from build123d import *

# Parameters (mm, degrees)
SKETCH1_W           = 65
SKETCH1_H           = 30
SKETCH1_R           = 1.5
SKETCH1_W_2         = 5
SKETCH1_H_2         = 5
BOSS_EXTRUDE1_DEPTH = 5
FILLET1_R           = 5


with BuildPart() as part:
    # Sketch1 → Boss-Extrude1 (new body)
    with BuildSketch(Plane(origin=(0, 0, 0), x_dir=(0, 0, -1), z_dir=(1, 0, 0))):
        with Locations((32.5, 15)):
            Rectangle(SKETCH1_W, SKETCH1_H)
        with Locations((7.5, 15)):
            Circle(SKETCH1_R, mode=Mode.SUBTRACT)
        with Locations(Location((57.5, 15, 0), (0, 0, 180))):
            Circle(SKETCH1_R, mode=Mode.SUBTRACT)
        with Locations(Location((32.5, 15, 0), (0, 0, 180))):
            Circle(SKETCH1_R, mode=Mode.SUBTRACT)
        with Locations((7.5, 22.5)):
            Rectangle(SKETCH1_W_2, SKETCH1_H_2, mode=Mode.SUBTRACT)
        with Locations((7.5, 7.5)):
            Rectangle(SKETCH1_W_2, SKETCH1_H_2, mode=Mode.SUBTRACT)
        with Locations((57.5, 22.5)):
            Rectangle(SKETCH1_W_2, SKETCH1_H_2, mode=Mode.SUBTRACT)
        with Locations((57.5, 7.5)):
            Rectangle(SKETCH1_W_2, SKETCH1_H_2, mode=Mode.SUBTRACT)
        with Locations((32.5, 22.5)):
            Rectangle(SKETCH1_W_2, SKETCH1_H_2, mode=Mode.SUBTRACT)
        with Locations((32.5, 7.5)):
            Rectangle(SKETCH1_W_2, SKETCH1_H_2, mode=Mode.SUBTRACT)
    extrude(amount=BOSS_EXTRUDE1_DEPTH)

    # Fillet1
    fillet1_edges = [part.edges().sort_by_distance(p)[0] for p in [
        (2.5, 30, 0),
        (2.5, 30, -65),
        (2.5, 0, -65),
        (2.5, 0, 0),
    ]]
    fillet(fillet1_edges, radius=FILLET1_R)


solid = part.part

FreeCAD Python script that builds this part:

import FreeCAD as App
import Part
import Sketcher

V = App.Vector
Q = App.Units.Quantity


def edges_at(feature, points):
    """Names of the edges that pass closest to the given points."""
    edges = feature.Shape.Edges
    near = lambda p: min(range(len(edges)), key=lambda i: edges[i].distToShape(Part.Vertex(*p))[0])
    return sorted({f"Edge{near(p) + 1}" for p in points})


def add_polygon(sketch, points):
    """Adds a closed chain of lines whose ends are joined by coincident constraints."""
    first, n = sketch.GeometryCount, len(points)
    for a, b in zip(points, points[1:] + points[:1]):
        sketch.addGeometry(Part.LineSegment(App.Vector(*a, 0), App.Vector(*b, 0)), False)
    for i in range(n):
        sketch.addConstraint(Sketcher.Constraint("Coincident", first + i, 2, first + (i + 1) % n, 1))

doc = App.newDocument("Part")
body = doc.addObject("PartDesign::Body", "Body")

# Sketch on YZ plane
sketch1 = body.newObject("Sketcher::SketchObject", "Sketch")
sketch1.AttachmentSupport = (doc.getObject("YZ_Plane"), [""])
sketch1.MapMode = "FlatFace"
add_polygon(sketch1, [(30, 0), (0, 0), (0, -65), (30, -65)])  # lines 0-3
add_polygon(sketch1, [(5, -10), (5, -5), (10, -5), (10, -10)])  # lines 4-7
add_polygon(sketch1, [(5, -35), (5, -30), (10, -30), (10, -35)])  # lines 8-11
add_polygon(sketch1, [(5, -60), (5, -55), (10, -55), (10, -60)])  # lines 12-15
sketch1.addGeometry(Part.Circle(V(15, -7.5, 0), V(0, 0, 1), 1.5), False)  # 16
add_polygon(sketch1, [(20, -10), (20, -5), (25, -5), (25, -10)])  # lines 17-20
sketch1.addGeometry(Part.Circle(V(15, -32.5, 0), V(0, 0, 1), 1.5), False)  # 21
sketch1.addGeometry(Part.Circle(V(15, -57.5, 0), V(0, 0, 1), 1.5), False)  # 22
add_polygon(sketch1, [(20, -35), (20, -30), (25, -30), (25, -35)])  # lines 23-26
add_polygon(sketch1, [(20, -60), (20, -55), (25, -55), (25, -60)])  # lines 27-30
sketch1.addConstraint(Sketcher.Constraint("Horizontal", 0))
sketch1.addConstraint(Sketcher.Constraint("Vertical", 1))
sketch1.addConstraint(Sketcher.Constraint("Horizontal", 2))
sketch1.addConstraint(Sketcher.Constraint("Vertical", 3))
sketch1.addConstraint(Sketcher.Constraint("Vertical", 4))
sketch1.addConstraint(Sketcher.Constraint("Horizontal", 5))
sketch1.addConstraint(Sketcher.Constraint("Vertical", 6))
sketch1.addConstraint(Sketcher.Constraint("Horizontal", 7))
sketch1.addConstraint(Sketcher.Constraint("Vertical", 8))
sketch1.addConstraint(Sketcher.Constraint("Horizontal", 9))
sketch1.addConstraint(Sketcher.Constraint("Vertical", 10))
sketch1.addConstraint(Sketcher.Constraint("Horizontal", 11))
sketch1.addConstraint(Sketcher.Constraint("Vertical", 12))
sketch1.addConstraint(Sketcher.Constraint("Horizontal", 13))
sketch1.addConstraint(Sketcher.Constraint("Vertical", 14))
sketch1.addConstraint(Sketcher.Constraint("Horizontal", 15))
sketch1.addConstraint(Sketcher.Constraint("Vertical", 17))
sketch1.addConstraint(Sketcher.Constraint("Horizontal", 18))
sketch1.addConstraint(Sketcher.Constraint("Vertical", 19))
sketch1.addConstraint(Sketcher.Constraint("Horizontal", 20))
sketch1.addConstraint(Sketcher.Constraint("Vertical", 23))
sketch1.addConstraint(Sketcher.Constraint("Horizontal", 24))
sketch1.addConstraint(Sketcher.Constraint("Vertical", 25))
sketch1.addConstraint(Sketcher.Constraint("Horizontal", 26))
sketch1.addConstraint(Sketcher.Constraint("Vertical", 27))
sketch1.addConstraint(Sketcher.Constraint("Horizontal", 28))
sketch1.addConstraint(Sketcher.Constraint("Vertical", 29))
sketch1.addConstraint(Sketcher.Constraint("Horizontal", 30))
sketch1.addConstraint(Sketcher.Constraint("Coincident", 0, 2, -1, 1))
sketch1.addConstraint(Sketcher.Constraint("Equal", 16, 21))
sketch1.addConstraint(Sketcher.Constraint("Equal", 21, 22))
sketch1.addConstraint(Sketcher.Constraint("Horizontal", 5, 2, 17, 2))
sketch1.addConstraint(Sketcher.Constraint("Horizontal", 7, 2, 19, 2))
sketch1.addConstraint(Sketcher.Constraint("Horizontal", 9, 2, 23, 2))
sketch1.addConstraint(Sketcher.Constraint("Horizontal", 11, 2, 25, 2))
sketch1.addConstraint(Sketcher.Constraint("Horizontal", 13, 2, 27, 2))
sketch1.addConstraint(Sketcher.Constraint("Horizontal", 15, 2, 29, 2))
sketch1.addConstraint(Sketcher.Constraint("Vertical", 16, 3, 21, 3))
sketch1.addConstraint(Sketcher.Constraint("Vertical", 21, 3, 22, 3))
sketch1.addConstraint(Sketcher.Constraint("Vertical", 7, 2, 8, 2))
sketch1.addConstraint(Sketcher.Constraint("Vertical", 6, 2, 9, 2))
sketch1.addConstraint(Sketcher.Constraint("Vertical", 11, 2, 12, 2))
sketch1.addConstraint(Sketcher.Constraint("Vertical", 10, 2, 13, 2))
sketch1.addConstraint(Sketcher.Constraint("Vertical", 20, 2, 23, 2))
sketch1.addConstraint(Sketcher.Constraint("Vertical", 19, 2, 24, 2))
sketch1.addConstraint(Sketcher.Constraint("Vertical", 26, 2, 27, 2))
sketch1.addConstraint(Sketcher.Constraint("Vertical", 25, 2, 28, 2))
sketch1.addConstraint(Sketcher.Constraint("Equal", 15, 18))
sketch1.addConstraint(Sketcher.Constraint("Equal", 30, 4))
sketch1.addConstraint(Sketcher.Constraint("Equal", 6, 8))
sketch1.addConstraint(Sketcher.Constraint("Equal", 10, 12))
sketch1.addConstraint(Sketcher.Constraint("Diameter", 16, Q("3 mm")))
sketch1.addConstraint(Sketcher.Constraint("DistanceX", 0, 2, 0, 1, Q("30 mm")))
sketch1.addConstraint(Sketcher.Constraint("DistanceX", 5, 1, 5, 2, Q("5 mm")))
sketch1.addConstraint(Sketcher.Constraint("DistanceY", 1, 2, 1, 1, Q("65 mm")))
sketch1.addConstraint(Sketcher.Constraint("DistanceX", -1, 1, 16, 3, Q("15 mm")))
sketch1.addConstraint(Sketcher.Constraint("DistanceX", -1, 1, 4, 2, Q("5 mm")))
sketch1.addConstraint(Sketcher.Constraint("DistanceY", 4, 2, -1, 1, Q("5 mm")))
sketch1.addConstraint(Sketcher.Constraint("DistanceY", 8, 2, -1, 1, Q("30 mm")))
sketch1.addConstraint(Sketcher.Constraint("DistanceY", 12, 2, -1, 1, Q("55 mm")))
sketch1.addConstraint(Sketcher.Constraint("DistanceX", -1, 1, 17, 2, Q("20 mm")))
sketch1.addConstraint(Sketcher.Constraint("DistanceY", 21, 3, 16, 3, Q("25 mm")))
sketch1.addConstraint(Sketcher.Constraint("DistanceY", 22, 3, 21, 3, Q("25 mm")))
sketch1.addConstraint(Sketcher.Constraint("DistanceY", 16, 3, -1, 1, Q("7.5 mm")))
pad1 = body.newObject("PartDesign::Pad", "Pad")
pad1.Profile = sketch1
pad1.Length = 5
doc.recompute()

fillet = body.newObject("PartDesign::Fillet", "Fillet")
fillet.Base = (pad1, edges_at(pad1, [
    (2.5, 30, 0),
    (2.5, 30, -65),
    (2.5, 0, -65),
    (2.5, 0, 0),
]))
fillet.Radius = 5

doc.recompute()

================

Return only the part of the records above that opens with the line containing "extrude(amount=BOSS_EXTRUDE1_DEPTH)" and closes with the line containing "FreeCAD Python script", ends included.

- **Task solution**
    extrude(amount=BOSS_EXTRUDE1_DEPTH)

    # Fillet1
    fillet1_edges = [part.edges().sort_by_distance(p)[0] for p in [
        (2.5, 30, 0),
        (2.5, 30, -65),
        (2.5, 0, -65),
        (2.5, 0, 0),
    ]]
    fillet(fillet1_edges, radius=FILLET1_R)


solid = part.part

FreeCAD Python script that builds this part:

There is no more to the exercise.